:: WHAT THE EXERCISE ASKS ::
In the records below, begin at the line that has "v -81.25 -36.4 0.24" and stop after the line that has "v 79.174 -34.324 3.424"; quote those lines verbatim and nothing more.

[Stored entries]
((

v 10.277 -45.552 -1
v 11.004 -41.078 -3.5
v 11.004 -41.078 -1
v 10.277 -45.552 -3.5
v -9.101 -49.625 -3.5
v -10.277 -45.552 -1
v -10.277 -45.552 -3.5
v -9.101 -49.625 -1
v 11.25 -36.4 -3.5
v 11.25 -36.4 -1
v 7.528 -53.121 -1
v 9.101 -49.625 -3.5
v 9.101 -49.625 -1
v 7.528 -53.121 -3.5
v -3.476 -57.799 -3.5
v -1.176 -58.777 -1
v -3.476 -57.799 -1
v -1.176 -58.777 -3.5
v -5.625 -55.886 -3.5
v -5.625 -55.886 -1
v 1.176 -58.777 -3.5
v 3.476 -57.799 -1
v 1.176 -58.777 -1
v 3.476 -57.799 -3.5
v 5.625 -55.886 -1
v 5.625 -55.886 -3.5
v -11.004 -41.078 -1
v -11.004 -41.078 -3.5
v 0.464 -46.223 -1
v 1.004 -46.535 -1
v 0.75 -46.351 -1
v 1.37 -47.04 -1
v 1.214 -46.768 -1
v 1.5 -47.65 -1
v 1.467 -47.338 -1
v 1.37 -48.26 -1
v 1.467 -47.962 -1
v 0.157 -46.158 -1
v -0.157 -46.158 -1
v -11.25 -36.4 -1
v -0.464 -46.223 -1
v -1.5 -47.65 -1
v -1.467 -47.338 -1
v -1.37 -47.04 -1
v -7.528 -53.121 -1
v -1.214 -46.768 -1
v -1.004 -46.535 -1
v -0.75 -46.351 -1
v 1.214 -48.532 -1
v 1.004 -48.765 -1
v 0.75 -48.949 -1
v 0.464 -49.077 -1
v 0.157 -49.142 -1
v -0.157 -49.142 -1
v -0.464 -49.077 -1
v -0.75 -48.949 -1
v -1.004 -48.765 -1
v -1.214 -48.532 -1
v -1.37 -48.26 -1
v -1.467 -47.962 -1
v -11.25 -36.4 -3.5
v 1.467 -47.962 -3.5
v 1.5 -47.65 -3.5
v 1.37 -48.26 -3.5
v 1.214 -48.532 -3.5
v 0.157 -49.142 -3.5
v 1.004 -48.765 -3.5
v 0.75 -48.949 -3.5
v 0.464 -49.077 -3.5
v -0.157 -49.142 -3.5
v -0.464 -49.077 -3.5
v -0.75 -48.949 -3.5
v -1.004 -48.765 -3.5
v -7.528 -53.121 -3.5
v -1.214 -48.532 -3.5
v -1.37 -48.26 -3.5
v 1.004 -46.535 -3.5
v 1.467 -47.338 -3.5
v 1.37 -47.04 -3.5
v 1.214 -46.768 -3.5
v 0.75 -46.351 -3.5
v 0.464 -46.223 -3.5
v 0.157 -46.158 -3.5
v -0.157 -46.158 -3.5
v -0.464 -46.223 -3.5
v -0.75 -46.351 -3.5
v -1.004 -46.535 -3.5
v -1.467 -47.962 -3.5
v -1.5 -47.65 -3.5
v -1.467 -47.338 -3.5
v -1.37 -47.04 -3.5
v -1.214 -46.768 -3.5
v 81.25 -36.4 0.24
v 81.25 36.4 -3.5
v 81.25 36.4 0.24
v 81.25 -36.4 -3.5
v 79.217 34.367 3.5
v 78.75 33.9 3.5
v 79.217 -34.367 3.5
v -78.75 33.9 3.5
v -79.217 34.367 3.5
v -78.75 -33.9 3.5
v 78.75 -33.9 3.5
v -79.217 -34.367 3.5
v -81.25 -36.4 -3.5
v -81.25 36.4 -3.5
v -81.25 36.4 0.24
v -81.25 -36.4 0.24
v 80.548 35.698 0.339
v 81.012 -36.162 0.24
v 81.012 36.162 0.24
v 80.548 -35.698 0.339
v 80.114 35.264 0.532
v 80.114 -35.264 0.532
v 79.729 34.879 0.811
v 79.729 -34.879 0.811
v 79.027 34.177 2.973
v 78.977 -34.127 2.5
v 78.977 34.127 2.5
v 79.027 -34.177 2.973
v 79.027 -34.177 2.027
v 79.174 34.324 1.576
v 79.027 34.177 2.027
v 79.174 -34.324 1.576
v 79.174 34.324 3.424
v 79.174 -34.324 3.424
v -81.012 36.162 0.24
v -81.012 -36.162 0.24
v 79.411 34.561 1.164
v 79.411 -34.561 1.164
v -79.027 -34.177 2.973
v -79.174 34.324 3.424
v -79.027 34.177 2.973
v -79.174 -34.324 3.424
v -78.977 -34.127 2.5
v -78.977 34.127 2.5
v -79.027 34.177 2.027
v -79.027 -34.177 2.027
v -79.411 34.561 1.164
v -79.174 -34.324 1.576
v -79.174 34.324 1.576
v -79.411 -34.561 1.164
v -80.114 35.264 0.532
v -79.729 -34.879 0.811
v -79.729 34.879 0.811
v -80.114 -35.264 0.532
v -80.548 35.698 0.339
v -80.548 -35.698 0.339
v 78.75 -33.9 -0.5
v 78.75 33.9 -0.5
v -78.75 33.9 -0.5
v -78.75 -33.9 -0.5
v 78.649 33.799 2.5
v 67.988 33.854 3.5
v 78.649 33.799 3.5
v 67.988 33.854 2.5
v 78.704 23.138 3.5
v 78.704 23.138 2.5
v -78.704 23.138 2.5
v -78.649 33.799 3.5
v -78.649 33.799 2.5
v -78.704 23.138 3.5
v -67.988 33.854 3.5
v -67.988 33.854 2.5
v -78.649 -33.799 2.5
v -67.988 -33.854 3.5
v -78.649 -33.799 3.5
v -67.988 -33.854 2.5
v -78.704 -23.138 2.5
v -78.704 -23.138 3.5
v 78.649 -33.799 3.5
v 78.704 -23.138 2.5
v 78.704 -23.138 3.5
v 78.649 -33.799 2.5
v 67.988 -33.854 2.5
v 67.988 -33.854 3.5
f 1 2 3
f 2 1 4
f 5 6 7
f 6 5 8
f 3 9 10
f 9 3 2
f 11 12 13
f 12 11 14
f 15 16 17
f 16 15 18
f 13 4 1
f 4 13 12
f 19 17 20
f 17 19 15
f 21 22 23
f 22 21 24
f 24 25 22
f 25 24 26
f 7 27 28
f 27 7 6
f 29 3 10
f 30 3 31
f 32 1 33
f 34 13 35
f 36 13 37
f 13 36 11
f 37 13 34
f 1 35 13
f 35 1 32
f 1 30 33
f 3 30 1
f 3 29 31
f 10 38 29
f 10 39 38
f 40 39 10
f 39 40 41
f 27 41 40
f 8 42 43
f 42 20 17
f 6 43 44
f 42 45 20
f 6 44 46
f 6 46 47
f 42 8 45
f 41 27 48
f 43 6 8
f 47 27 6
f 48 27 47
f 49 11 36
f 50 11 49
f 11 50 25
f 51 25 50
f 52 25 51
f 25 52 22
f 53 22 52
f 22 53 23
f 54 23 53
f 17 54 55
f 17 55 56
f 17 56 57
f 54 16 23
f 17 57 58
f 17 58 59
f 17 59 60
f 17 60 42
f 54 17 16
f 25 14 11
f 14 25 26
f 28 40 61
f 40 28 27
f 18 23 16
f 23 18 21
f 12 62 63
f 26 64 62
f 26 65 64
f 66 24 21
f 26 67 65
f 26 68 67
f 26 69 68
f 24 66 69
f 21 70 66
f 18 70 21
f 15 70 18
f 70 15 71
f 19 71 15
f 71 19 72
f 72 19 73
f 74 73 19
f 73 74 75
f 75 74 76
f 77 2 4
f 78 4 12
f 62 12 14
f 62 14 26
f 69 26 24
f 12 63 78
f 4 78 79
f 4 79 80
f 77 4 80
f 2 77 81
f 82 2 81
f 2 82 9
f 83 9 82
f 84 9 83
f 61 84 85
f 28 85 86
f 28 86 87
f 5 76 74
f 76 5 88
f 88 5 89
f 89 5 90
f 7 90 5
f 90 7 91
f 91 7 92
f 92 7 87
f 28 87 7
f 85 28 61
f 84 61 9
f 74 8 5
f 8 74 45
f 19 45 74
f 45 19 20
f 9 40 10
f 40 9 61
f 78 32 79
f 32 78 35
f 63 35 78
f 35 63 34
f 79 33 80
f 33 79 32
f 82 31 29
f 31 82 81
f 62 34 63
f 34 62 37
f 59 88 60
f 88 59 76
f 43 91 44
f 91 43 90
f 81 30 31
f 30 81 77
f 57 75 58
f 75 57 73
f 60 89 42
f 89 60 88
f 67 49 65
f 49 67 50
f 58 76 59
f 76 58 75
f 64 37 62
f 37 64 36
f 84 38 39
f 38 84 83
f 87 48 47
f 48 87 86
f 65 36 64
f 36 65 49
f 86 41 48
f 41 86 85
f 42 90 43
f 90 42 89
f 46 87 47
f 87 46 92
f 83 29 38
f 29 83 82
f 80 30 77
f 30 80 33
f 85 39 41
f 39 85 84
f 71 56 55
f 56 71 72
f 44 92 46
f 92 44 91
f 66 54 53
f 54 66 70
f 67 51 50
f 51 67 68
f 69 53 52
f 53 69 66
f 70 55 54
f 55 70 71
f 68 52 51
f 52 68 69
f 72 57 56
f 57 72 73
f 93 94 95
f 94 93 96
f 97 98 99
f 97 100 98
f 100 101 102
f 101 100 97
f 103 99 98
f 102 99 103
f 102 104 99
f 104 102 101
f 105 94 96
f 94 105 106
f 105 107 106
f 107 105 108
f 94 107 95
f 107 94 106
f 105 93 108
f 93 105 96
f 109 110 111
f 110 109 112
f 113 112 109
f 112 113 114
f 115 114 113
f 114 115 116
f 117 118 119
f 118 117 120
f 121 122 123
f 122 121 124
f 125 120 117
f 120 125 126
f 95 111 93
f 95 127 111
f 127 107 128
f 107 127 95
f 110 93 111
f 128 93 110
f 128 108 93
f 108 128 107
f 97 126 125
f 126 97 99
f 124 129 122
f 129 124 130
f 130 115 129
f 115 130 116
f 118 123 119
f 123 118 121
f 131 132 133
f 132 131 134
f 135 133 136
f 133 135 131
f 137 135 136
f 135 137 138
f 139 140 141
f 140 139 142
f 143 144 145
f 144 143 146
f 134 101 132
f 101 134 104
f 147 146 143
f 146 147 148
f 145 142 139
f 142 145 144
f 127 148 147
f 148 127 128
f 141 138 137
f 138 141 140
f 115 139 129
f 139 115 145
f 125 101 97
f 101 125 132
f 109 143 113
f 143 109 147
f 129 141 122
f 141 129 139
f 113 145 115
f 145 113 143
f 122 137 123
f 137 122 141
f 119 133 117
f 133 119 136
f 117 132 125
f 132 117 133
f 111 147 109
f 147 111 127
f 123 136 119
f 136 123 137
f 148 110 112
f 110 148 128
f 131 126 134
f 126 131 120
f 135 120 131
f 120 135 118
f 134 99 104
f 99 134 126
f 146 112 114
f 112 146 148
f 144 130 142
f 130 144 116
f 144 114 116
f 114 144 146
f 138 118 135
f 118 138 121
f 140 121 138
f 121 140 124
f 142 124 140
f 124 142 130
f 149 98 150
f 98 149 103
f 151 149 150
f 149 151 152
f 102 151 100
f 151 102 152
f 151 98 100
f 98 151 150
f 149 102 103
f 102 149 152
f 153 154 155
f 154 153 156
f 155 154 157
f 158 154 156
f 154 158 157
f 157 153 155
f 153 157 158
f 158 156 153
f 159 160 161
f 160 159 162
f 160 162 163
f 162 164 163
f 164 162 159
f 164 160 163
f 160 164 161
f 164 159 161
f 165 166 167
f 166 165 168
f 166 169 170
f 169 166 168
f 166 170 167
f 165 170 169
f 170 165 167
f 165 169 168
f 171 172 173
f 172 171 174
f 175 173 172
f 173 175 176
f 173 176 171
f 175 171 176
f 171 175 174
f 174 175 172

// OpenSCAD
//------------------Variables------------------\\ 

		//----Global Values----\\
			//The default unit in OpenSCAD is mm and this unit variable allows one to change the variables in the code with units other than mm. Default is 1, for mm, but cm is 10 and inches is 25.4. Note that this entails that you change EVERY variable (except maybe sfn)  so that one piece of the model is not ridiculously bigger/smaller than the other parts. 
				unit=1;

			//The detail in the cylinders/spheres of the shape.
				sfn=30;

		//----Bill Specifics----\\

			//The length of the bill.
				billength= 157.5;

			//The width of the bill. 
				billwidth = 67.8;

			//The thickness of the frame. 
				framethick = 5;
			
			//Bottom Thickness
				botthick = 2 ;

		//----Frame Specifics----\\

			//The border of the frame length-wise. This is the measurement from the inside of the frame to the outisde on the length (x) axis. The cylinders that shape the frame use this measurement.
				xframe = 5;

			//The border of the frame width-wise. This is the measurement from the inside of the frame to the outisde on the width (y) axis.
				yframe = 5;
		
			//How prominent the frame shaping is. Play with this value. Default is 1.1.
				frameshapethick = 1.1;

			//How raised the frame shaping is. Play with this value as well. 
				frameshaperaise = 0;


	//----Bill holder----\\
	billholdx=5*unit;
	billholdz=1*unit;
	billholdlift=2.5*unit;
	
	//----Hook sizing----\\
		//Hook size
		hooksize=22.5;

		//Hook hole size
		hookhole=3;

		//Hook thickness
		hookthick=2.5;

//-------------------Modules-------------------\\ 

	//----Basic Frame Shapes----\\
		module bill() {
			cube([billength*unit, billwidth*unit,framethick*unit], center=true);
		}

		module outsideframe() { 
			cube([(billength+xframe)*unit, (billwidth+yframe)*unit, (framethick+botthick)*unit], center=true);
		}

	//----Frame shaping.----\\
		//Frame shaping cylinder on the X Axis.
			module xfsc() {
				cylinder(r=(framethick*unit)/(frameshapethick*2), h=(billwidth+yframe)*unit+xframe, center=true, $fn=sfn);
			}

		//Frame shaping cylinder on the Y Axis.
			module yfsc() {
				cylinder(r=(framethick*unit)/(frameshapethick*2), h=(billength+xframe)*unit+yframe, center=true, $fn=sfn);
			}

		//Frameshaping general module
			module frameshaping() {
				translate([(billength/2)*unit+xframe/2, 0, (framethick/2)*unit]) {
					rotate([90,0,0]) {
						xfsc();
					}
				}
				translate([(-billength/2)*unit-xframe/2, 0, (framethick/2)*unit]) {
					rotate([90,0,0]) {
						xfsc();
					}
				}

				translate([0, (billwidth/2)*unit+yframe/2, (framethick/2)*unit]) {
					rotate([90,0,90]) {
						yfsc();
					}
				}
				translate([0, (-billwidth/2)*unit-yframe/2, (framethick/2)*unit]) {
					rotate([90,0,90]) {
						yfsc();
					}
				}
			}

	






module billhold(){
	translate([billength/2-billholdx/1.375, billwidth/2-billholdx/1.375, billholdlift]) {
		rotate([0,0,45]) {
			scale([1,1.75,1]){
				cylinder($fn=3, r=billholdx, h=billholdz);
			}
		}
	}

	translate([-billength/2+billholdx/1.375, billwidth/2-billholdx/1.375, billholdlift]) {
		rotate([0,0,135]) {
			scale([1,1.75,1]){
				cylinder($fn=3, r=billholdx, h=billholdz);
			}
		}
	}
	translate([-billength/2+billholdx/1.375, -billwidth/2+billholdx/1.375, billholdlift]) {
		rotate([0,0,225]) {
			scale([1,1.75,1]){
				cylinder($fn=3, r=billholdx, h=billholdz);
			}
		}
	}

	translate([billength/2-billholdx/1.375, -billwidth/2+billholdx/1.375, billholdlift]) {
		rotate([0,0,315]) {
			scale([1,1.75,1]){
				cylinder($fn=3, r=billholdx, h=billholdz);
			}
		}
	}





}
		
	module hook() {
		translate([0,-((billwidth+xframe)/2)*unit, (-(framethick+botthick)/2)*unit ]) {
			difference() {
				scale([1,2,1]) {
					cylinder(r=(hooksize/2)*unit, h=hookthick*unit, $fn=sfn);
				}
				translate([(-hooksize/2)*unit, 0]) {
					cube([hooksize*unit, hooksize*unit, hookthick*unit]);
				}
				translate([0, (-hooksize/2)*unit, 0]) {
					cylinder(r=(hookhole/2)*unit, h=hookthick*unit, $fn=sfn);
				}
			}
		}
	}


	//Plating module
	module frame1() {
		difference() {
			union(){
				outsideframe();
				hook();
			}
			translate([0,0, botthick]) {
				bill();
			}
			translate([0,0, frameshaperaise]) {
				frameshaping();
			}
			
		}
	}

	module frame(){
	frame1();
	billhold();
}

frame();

))
((

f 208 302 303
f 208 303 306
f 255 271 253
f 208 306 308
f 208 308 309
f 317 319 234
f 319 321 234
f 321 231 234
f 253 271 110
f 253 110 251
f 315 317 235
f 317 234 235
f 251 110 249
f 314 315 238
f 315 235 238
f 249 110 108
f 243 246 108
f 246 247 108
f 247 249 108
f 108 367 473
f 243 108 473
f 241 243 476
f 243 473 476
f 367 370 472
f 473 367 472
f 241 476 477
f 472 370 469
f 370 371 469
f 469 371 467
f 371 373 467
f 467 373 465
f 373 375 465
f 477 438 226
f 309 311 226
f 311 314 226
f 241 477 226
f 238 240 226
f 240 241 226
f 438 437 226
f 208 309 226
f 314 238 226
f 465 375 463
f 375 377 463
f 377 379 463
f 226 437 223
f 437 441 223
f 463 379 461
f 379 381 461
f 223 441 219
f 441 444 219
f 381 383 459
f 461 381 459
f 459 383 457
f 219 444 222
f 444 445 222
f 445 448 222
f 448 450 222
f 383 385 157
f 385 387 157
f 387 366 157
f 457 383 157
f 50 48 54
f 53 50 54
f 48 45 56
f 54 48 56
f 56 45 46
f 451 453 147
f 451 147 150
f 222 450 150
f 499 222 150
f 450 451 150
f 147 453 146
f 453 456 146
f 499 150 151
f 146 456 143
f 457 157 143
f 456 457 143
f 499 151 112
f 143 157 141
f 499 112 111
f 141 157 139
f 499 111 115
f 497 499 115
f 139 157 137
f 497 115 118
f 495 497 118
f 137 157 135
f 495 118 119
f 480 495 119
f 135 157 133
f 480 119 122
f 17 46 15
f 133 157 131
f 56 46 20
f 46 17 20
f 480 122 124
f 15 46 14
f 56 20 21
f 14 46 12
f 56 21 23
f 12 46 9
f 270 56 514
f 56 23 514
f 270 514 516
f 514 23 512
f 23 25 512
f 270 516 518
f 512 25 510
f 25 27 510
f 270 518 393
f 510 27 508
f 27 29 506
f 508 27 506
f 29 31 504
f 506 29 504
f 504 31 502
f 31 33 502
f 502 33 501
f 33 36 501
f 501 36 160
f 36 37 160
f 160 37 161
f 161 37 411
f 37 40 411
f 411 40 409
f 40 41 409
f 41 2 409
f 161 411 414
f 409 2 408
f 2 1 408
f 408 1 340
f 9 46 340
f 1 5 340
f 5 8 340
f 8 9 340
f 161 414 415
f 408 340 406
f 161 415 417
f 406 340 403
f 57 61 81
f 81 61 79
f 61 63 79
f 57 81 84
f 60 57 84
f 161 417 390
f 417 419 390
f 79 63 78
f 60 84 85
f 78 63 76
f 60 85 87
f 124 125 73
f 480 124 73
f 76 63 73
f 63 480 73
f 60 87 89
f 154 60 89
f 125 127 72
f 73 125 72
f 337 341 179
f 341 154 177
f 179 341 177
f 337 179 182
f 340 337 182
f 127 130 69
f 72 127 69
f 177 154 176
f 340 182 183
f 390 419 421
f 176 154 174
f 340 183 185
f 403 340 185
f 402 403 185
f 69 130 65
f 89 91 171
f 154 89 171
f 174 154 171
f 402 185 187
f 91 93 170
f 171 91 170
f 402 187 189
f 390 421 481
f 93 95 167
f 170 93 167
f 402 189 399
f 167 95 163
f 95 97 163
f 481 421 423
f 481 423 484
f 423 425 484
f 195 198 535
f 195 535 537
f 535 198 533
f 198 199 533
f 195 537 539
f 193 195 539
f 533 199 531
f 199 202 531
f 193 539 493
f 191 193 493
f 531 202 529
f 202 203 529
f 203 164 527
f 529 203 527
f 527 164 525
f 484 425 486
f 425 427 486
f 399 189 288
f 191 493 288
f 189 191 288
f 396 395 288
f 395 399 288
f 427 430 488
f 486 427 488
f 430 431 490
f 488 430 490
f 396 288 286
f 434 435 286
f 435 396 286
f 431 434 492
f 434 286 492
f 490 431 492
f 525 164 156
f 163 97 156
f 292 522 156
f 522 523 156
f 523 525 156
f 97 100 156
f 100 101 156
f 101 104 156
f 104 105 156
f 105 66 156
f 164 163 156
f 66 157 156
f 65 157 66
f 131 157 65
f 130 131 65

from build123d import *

))
((

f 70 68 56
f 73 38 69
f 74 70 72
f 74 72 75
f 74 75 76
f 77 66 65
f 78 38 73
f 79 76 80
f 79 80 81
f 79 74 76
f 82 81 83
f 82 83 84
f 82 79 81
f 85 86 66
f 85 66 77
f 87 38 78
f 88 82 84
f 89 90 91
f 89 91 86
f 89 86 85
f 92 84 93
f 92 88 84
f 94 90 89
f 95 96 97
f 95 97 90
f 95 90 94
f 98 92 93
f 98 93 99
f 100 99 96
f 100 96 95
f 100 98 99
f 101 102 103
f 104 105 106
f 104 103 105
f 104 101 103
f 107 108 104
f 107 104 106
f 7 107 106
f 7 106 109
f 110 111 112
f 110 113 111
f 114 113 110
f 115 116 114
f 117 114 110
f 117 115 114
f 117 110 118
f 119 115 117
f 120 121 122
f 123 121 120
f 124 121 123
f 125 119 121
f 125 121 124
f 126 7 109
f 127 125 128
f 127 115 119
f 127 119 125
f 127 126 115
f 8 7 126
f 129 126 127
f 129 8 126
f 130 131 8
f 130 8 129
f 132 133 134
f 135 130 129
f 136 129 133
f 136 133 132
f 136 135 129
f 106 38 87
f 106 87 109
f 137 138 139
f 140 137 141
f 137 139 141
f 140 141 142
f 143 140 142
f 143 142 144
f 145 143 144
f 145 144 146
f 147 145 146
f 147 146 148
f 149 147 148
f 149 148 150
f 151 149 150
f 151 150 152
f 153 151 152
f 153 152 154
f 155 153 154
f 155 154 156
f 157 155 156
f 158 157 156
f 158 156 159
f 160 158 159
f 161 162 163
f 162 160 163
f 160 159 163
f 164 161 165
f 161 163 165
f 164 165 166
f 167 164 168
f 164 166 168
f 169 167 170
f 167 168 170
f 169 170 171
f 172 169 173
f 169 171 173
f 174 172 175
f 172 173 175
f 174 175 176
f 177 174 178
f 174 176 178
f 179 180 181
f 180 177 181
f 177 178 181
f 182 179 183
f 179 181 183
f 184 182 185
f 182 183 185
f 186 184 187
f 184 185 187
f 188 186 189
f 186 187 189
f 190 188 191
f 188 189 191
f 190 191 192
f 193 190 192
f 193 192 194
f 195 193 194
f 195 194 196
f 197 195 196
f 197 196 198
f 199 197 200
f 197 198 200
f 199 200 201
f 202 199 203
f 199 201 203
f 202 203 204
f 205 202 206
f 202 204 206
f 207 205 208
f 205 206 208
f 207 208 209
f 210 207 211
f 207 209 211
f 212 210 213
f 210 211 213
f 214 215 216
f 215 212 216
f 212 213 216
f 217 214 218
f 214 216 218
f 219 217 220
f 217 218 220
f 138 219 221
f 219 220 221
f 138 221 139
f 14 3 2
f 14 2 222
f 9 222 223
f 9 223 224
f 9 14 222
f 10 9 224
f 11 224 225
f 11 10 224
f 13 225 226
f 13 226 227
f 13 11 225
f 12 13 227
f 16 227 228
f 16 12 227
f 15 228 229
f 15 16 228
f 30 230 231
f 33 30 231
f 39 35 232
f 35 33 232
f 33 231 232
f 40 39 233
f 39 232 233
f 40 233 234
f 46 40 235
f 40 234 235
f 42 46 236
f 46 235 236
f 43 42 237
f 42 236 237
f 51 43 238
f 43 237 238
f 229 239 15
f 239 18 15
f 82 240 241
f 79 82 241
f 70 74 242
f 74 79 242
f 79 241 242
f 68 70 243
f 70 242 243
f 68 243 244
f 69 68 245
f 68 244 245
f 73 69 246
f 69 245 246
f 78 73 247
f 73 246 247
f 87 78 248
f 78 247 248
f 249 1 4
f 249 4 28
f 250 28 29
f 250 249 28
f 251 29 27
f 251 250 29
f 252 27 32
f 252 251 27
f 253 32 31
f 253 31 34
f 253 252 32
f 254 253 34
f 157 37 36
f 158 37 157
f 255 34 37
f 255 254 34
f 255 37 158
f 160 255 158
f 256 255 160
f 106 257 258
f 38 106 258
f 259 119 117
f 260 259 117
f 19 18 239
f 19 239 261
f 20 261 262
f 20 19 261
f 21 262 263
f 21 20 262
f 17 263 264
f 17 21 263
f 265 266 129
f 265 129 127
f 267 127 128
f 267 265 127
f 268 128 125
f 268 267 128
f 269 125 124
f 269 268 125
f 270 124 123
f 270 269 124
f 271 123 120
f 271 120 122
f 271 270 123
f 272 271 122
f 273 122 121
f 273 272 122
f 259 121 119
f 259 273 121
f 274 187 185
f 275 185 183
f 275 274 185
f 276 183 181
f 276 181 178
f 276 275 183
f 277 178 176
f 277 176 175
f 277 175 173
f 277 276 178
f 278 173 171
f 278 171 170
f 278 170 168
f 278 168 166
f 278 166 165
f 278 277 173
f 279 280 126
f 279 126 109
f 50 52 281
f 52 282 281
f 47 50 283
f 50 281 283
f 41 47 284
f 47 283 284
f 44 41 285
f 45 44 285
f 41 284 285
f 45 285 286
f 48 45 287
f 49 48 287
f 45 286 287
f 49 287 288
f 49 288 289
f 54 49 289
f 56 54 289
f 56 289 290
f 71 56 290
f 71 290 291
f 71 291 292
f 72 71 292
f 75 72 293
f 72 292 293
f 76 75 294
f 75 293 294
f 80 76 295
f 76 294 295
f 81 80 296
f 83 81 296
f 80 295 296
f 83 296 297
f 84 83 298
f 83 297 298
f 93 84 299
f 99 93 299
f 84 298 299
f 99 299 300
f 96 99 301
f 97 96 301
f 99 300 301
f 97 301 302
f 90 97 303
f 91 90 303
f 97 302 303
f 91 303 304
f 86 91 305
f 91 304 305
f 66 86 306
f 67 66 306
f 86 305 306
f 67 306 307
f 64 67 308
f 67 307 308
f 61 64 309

))

:: FINAL ANSWER ::
v -81.25 -36.4 0.24
v 80.548 35.698 0.339
v 81.012 -36.162 0.24
v 81.012 36.162 0.24
v 80.548 -35.698 0.339
v 80.114 35.264 0.532
v 80.114 -35.264 0.532
v 79.729 34.879 0.811
v 79.729 -34.879 0.811
v 79.027 34.177 2.973
v 78.977 -34.127 2.5
v 78.977 34.127 2.5
v 79.027 -34.177 2.973
v 79.027 -34.177 2.027
v 79.174 34.324 1.576
v 79.027 34.177 2.027
v 79.174 -34.324 1.576
v 79.174 34.324 3.424
v 79.174 -34.324 3.424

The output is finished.